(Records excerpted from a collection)
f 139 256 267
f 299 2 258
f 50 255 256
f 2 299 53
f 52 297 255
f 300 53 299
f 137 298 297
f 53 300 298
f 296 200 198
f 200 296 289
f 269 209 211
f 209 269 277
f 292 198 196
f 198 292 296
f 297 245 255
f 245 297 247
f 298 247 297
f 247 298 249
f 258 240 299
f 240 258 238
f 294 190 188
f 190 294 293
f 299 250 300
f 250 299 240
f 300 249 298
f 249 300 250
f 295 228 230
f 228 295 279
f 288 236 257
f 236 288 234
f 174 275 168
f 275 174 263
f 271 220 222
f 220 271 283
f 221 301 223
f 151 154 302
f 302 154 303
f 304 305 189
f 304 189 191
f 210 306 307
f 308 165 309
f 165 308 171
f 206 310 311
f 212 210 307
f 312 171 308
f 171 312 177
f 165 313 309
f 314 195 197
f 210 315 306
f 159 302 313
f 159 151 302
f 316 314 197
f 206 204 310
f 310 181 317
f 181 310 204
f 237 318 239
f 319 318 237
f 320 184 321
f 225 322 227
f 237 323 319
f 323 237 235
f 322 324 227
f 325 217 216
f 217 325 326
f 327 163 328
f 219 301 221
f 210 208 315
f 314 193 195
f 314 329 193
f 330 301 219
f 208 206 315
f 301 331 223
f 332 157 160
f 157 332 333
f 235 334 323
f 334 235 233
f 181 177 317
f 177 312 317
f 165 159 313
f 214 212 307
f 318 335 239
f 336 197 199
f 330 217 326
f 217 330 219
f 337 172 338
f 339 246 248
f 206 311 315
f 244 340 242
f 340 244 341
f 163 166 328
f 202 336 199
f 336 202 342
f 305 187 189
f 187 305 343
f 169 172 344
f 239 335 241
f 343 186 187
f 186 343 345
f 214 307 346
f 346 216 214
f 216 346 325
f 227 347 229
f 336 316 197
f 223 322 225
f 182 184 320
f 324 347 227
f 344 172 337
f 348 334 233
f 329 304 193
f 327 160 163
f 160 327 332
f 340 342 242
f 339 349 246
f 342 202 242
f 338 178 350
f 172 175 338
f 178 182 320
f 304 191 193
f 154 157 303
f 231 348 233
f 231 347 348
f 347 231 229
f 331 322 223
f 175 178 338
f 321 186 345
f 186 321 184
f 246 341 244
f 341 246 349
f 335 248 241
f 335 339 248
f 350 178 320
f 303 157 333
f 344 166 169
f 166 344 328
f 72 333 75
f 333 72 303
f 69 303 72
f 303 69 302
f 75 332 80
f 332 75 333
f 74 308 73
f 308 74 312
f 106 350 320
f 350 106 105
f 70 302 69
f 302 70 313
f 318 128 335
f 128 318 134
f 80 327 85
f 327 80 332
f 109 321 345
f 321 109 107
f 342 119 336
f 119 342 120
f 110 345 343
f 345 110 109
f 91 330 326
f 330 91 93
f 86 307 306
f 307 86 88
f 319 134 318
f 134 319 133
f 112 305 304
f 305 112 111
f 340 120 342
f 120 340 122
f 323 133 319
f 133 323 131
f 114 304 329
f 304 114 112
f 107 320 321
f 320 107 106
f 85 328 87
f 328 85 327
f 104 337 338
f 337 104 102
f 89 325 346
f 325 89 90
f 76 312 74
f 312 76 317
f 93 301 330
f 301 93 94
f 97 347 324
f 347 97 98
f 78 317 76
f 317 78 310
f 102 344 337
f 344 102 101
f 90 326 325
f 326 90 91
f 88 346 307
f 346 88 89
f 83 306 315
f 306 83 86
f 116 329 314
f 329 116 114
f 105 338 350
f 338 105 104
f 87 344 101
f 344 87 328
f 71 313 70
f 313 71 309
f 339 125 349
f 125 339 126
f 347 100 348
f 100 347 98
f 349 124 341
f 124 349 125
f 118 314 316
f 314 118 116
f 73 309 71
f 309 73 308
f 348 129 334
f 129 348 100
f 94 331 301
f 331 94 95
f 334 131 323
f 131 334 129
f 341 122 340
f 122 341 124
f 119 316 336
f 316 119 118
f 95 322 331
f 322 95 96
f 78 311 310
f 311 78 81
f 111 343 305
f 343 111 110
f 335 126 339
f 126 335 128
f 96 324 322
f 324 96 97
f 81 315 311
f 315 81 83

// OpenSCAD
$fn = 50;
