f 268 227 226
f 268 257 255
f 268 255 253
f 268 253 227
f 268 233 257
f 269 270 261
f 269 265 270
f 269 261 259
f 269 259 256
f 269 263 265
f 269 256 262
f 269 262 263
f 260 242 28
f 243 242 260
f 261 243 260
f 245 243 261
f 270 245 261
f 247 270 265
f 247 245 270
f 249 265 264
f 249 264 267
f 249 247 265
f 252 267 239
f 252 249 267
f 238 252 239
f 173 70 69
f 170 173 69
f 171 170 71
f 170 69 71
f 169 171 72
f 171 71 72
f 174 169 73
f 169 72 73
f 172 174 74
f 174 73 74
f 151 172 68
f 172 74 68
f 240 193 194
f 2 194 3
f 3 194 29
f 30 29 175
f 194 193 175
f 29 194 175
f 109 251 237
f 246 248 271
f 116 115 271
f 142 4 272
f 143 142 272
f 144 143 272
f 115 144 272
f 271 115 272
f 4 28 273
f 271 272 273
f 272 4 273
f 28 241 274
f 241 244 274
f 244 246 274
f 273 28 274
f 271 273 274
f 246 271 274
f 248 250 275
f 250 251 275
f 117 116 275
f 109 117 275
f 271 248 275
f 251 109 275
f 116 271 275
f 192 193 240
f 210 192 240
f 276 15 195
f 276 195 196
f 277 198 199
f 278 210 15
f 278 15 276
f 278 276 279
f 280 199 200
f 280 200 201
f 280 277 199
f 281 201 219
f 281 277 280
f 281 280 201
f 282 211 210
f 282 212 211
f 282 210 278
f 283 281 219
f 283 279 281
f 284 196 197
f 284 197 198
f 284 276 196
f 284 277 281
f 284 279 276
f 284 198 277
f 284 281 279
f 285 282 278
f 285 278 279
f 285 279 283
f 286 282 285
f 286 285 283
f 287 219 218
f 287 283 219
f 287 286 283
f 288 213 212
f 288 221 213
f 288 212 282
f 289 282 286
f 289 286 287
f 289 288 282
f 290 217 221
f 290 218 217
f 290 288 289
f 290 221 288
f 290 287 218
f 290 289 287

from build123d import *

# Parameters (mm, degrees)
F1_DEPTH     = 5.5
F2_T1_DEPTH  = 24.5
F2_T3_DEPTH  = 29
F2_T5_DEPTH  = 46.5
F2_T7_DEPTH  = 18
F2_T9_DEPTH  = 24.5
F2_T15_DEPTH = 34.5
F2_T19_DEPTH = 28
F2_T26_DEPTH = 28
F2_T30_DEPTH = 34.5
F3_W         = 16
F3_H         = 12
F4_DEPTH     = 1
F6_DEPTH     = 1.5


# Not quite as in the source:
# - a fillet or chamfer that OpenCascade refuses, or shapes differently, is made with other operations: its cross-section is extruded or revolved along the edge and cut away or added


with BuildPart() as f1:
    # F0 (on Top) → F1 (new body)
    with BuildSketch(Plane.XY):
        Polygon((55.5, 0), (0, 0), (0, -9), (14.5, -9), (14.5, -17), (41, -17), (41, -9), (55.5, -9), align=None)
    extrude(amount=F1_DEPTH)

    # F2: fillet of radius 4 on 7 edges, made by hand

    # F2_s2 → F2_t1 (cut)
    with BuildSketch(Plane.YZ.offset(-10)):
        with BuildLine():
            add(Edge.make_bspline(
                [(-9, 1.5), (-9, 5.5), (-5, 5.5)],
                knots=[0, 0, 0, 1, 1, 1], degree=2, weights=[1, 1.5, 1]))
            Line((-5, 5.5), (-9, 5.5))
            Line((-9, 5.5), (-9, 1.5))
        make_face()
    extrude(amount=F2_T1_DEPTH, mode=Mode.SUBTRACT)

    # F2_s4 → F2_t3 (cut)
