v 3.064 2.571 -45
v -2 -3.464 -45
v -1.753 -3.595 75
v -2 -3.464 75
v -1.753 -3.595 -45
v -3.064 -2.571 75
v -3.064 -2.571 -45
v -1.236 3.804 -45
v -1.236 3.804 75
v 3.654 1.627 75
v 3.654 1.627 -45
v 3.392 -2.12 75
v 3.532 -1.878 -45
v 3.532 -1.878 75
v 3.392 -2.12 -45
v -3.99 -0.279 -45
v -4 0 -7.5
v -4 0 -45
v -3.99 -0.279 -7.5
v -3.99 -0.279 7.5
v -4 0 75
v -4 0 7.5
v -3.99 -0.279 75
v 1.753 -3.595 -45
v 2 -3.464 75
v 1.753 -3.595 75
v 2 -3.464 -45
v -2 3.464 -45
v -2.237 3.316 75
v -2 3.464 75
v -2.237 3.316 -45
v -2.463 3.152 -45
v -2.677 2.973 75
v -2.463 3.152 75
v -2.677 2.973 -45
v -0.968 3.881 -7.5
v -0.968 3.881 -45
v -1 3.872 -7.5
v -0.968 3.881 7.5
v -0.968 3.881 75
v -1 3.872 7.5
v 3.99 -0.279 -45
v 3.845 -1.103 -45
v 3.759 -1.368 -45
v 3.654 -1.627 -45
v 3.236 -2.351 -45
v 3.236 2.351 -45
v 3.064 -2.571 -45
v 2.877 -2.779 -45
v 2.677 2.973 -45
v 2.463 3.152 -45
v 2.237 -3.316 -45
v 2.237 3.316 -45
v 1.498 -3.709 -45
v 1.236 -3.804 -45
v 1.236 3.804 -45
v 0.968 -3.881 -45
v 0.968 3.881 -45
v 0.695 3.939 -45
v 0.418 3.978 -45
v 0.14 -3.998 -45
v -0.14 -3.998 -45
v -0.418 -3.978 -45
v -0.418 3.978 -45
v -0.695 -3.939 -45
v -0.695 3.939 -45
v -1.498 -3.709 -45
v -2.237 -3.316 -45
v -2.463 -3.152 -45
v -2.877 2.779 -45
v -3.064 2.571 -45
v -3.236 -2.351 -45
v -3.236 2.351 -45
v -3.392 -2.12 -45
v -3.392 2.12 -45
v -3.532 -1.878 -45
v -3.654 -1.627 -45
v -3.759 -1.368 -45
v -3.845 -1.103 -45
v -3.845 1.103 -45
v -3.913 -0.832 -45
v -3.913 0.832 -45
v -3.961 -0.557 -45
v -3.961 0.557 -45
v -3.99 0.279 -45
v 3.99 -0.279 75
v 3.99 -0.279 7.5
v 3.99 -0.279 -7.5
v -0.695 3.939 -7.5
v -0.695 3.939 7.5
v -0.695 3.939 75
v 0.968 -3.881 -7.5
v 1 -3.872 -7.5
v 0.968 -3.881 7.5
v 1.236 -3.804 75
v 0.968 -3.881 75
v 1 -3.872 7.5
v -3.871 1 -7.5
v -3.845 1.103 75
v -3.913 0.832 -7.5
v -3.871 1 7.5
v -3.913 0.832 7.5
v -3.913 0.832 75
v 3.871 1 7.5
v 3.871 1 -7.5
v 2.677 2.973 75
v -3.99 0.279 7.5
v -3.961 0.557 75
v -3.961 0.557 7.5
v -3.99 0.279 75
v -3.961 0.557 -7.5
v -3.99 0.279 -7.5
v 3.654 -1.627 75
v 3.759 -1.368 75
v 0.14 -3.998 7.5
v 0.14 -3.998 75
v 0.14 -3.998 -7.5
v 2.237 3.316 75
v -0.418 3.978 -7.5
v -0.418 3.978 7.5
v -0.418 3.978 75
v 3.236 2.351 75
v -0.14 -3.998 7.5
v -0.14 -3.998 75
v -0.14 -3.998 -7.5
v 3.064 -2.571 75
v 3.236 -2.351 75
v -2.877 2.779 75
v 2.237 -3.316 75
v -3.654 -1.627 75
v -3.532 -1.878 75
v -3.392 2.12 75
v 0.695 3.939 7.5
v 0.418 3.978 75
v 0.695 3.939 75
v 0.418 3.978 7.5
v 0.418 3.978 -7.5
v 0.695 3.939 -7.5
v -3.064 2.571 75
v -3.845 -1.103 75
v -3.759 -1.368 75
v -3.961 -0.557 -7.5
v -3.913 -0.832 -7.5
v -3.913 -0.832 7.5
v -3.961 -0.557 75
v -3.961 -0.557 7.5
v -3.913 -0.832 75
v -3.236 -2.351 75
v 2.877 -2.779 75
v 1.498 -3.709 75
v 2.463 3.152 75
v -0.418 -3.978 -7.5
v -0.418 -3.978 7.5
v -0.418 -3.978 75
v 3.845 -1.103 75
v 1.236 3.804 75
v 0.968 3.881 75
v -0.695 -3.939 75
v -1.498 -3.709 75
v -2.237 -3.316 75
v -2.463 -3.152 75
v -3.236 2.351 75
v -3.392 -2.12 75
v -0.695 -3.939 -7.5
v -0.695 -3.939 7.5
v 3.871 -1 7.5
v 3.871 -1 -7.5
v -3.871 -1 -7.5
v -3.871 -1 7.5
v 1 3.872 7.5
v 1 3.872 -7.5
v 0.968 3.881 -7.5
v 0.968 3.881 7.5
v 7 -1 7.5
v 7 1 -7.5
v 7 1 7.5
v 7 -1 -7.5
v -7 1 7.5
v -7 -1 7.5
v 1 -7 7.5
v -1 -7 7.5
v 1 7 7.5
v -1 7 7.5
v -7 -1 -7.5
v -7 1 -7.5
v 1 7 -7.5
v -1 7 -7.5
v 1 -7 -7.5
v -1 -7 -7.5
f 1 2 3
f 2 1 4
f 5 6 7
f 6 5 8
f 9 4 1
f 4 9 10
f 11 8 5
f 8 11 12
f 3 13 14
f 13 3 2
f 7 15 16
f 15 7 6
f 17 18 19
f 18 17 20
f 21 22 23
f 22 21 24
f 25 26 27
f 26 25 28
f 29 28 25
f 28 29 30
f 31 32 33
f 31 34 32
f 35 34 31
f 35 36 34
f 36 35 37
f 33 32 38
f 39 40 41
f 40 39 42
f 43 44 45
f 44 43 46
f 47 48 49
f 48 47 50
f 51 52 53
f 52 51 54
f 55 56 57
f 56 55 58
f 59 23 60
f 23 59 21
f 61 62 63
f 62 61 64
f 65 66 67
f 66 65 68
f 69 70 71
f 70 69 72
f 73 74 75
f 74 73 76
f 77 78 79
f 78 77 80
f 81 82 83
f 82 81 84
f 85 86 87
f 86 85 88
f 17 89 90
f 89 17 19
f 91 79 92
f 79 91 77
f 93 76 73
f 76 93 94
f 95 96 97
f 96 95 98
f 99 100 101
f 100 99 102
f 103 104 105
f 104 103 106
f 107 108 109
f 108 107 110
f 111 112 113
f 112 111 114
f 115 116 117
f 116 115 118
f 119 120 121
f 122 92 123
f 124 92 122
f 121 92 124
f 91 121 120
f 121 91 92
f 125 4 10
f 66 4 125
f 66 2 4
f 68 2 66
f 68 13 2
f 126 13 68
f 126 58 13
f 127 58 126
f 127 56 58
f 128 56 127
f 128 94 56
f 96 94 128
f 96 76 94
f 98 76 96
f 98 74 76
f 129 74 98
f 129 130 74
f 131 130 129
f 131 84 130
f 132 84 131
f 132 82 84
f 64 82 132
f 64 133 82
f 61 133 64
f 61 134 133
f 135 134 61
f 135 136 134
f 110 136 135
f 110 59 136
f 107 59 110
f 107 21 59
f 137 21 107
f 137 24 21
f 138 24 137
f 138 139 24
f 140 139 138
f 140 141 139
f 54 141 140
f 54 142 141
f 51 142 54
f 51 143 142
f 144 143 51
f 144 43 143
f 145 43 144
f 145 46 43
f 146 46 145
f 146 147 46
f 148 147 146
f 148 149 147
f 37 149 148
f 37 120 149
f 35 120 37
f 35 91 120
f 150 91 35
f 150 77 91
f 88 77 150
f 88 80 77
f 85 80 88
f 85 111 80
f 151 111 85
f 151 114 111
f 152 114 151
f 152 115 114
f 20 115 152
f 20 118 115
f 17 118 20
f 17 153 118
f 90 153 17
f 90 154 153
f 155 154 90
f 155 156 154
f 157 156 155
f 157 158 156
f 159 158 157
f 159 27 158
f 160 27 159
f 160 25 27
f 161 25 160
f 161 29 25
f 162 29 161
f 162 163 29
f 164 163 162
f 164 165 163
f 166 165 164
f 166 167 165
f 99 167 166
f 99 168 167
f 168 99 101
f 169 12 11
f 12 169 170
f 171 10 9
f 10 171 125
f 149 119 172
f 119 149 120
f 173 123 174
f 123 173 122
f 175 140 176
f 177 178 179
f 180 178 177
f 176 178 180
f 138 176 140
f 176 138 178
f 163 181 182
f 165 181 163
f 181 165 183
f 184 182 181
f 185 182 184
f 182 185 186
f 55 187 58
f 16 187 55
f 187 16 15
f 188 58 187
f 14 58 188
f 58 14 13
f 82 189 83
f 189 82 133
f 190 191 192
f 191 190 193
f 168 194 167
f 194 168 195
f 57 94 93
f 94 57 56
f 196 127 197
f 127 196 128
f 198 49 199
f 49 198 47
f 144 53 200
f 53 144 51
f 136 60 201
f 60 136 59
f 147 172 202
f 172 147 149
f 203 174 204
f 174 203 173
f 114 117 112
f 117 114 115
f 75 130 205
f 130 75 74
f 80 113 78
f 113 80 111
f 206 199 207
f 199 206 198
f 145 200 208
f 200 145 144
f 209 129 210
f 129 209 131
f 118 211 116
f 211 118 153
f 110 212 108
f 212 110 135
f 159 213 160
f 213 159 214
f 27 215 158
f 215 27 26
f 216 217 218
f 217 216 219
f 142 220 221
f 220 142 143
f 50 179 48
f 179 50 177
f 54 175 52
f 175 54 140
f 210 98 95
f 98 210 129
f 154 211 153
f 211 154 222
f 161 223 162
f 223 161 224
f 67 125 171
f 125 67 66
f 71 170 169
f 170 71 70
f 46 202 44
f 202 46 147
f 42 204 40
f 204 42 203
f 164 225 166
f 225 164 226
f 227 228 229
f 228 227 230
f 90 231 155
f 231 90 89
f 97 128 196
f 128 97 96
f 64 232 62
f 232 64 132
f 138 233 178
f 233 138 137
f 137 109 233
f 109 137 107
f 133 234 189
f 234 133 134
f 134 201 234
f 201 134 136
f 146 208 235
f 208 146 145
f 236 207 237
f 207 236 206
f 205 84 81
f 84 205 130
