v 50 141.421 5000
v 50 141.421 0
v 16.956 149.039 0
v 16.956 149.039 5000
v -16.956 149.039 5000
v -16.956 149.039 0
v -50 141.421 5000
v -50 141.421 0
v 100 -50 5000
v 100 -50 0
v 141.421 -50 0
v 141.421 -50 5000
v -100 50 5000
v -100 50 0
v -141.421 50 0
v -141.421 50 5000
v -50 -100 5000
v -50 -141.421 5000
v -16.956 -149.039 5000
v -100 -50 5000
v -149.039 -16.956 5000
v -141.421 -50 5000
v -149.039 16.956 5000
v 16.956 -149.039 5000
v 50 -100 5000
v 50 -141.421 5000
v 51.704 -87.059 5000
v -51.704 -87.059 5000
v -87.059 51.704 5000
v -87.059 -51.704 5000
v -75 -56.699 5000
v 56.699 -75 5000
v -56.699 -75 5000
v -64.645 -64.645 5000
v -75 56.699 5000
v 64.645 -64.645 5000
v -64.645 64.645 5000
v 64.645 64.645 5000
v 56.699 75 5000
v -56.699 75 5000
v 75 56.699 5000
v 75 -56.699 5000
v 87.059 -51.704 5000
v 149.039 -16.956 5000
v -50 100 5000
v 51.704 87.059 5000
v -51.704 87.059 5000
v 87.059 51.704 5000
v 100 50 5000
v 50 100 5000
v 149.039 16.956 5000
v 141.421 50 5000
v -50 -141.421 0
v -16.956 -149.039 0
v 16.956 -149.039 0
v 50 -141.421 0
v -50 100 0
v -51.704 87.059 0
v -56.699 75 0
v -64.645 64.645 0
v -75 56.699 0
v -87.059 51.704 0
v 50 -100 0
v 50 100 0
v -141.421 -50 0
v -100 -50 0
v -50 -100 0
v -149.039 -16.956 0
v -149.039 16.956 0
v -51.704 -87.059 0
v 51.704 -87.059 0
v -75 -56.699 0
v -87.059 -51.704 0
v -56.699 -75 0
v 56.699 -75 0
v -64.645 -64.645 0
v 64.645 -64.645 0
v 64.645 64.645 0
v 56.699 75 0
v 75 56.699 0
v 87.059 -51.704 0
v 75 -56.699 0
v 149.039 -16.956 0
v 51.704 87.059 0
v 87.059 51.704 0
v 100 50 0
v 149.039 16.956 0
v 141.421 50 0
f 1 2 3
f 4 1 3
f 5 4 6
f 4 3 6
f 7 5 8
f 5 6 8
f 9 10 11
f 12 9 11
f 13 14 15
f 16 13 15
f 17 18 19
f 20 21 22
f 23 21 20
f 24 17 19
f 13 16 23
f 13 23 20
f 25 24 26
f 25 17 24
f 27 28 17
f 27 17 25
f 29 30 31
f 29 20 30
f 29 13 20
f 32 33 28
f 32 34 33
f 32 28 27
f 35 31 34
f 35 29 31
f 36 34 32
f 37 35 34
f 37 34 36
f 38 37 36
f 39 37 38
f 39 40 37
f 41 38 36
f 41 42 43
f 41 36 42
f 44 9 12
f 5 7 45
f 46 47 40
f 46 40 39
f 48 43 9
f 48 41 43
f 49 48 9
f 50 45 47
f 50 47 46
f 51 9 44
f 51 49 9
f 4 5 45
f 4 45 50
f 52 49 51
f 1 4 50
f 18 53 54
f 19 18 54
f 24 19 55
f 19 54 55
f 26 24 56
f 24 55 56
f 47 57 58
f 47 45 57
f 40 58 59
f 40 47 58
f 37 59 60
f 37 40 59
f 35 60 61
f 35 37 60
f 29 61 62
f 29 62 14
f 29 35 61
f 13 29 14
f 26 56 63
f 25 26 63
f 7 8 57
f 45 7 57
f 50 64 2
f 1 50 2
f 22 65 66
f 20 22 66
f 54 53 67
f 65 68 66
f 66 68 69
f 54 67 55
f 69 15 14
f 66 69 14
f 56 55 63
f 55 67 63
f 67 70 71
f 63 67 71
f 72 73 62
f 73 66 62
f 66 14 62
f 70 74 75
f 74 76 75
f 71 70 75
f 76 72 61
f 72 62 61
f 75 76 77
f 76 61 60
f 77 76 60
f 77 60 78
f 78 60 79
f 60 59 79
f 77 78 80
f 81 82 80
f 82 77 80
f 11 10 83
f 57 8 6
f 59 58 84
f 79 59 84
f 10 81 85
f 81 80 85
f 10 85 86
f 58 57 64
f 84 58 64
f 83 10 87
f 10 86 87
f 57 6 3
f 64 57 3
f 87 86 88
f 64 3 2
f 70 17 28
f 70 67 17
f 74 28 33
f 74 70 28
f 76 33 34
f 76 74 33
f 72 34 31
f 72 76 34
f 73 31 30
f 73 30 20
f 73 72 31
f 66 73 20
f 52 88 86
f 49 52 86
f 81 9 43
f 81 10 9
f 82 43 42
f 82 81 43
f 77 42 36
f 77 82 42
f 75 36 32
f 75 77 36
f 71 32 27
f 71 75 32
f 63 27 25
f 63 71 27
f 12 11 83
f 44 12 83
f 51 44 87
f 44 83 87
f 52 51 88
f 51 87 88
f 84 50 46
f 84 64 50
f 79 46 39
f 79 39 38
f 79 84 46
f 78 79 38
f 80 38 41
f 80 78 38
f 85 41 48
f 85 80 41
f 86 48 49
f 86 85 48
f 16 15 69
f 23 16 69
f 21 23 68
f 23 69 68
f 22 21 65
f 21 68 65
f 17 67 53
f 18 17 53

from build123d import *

# Parameters (mm, degrees)
BOSS_EXTRUDE1_DEPTH = 5000
CIRPATTERN1_COUNT   = 4
FILLET1_R           = 50


with BuildPart() as part:
    # Sketch1 → Boss-Extrude1 (new body)
    with BuildSketch(Plane(origin=(0, 0, 0), x_dir=(0, 1, 0), z_dir=(0, 0, 1))):
        with BuildLine():
            Line((-50, 141.421356237), (-50, 0))
            Line((-50, 0), (50, 0))
            Line((50, 0), (50, 141.421356237))
            ThreePointArc((50, 141.421356237), (0, 150), (-50, 141.421356237))
        make_face()
    extrude(amount=BOSS_EXTRUDE1_DEPTH)


with BuildPart() as cirpattern1_1:
    # CirPattern1: pattern copy
    add(part.part.rotate(Axis((0, 0, -10), (0, 0, 1)), 1 * 360 / CIRPATTERN1_COUNT))


with BuildPart() as cirpattern1_2:
    # CirPattern1: pattern copy
    add(part.part.rotate(Axis((0, 0, -10), (0, 0, 1)), 2 * 360 / CIRPATTERN1_COUNT))


with BuildPart() as cirpattern1_3:
    # CirPattern1: pattern copy
    add(part.part.rotate(Axis((0, 0, -10), (0, 0, 1)), 3 * 360 / CIRPATTERN1_COUNT))


with BuildPart() as part_1:
    add(part.part)

    # Combine1: union CirPattern1_1, CirPattern1_2, CirPattern1_3
    add(cirpattern1_1.part)
    add(cirpattern1_2.part)
    add(cirpattern1_3.part)

    # Fillet1
    fillet1_edges = [part_1.edges().sort_by_distance(p)[0] for p in [
        (50, 50, 2500),
        (50, -50, 2500),
        (-50, 50, 2500),
        (-50, -50, 2500),
    ]]
    fillet(fillet1_edges, radius=FILLET1_R)


solid = part_1.part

### Task requirements
What do the lines above say from the one containing "v 3.871 -1 7.5" down to the one containing "f 146 46 145"? Return them exactly, both end lines included, and only them.

### Your response
v 3.871 -1 7.5
v 3.871 -1 -7.5
v -3.871 -1 -7.5
v -3.871 -1 7.5
v 1 3.872 7.5
v 1 3.872 -7.5
v 0.968 3.881 -7.5
v 0.968 3.881 7.5
v 7 -1 7.5
v 7 1 -7.5
v 7 1 7.5
v 7 -1 -7.5
v -7 1 7.5
v -7 -1 7.5
v 1 -7 7.5
v -1 -7 7.5
v 1 7 7.5
v -1 7 7.5
v -7 -1 -7.5
v -7 1 -7.5
v 1 7 -7.5
v -1 7 -7.5
v 1 -7 -7.5
v -1 -7 -7.5
f 1 2 3
f 2 1 4
f 5 6 7
f 6 5 8
f 9 4 1
f 4 9 10
f 11 8 5
f 8 11 12
f 3 13 14
f 13 3 2
f 7 15 16
f 15 7 6
f 17 18 19
f 18 17 20
f 21 22 23
f 22 21 24
f 25 26 27
f 26 25 28
f 29 28 25
f 28 29 30
f 31 32 33
f 31 34 32
f 35 34 31
f 35 36 34
f 36 35 37
f 33 32 38
f 39 40 41
f 40 39 42
f 43 44 45
f 44 43 46
f 47 48 49
f 48 47 50
f 51 52 53
f 52 51 54
f 55 56 57
f 56 55 58
f 59 23 60
f 23 59 21
f 61 62 63
f 62 61 64
f 65 66 67
f 66 65 68
f 69 70 71
f 70 69 72
f 73 74 75
f 74 73 76
f 77 78 79
f 78 77 80
f 81 82 83
f 82 81 84
f 85 86 87
f 86 85 88
f 17 89 90
f 89 17 19
f 91 79 92
f 79 91 77
f 93 76 73
f 76 93 94
f 95 96 97
f 96 95 98
f 99 100 101
f 100 99 102
f 103 104 105
f 104 103 106
f 107 108 109
f 108 107 110
f 111 112 113
f 112 111 114
f 115 116 117
f 116 115 118
f 119 120 121
f 122 92 123
f 124 92 122
f 121 92 124
f 91 121 120
f 121 91 92
f 125 4 10
f 66 4 125
f 66 2 4
f 68 2 66
f 68 13 2
f 126 13 68
f 126 58 13
f 127 58 126
f 127 56 58
f 128 56 127
f 128 94 56
f 96 94 128
f 96 76 94
f 98 76 96
f 98 74 76
f 129 74 98
f 129 130 74
f 131 130 129
f 131 84 130
f 132 84 131
f 132 82 84
f 64 82 132
f 64 133 82
f 61 133 64
f 61 134 133
f 135 134 61
f 135 136 134
f 110 136 135
f 110 59 136
f 107 59 110
f 107 21 59
f 137 21 107
f 137 24 21
f 138 24 137
f 138 139 24
f 140 139 138
f 140 141 139
f 54 141 140
f 54 142 141
f 51 142 54
f 51 143 142
f 144 143 51
f 144 43 143
f 145 43 144
f 145 46 43
f 146 46 145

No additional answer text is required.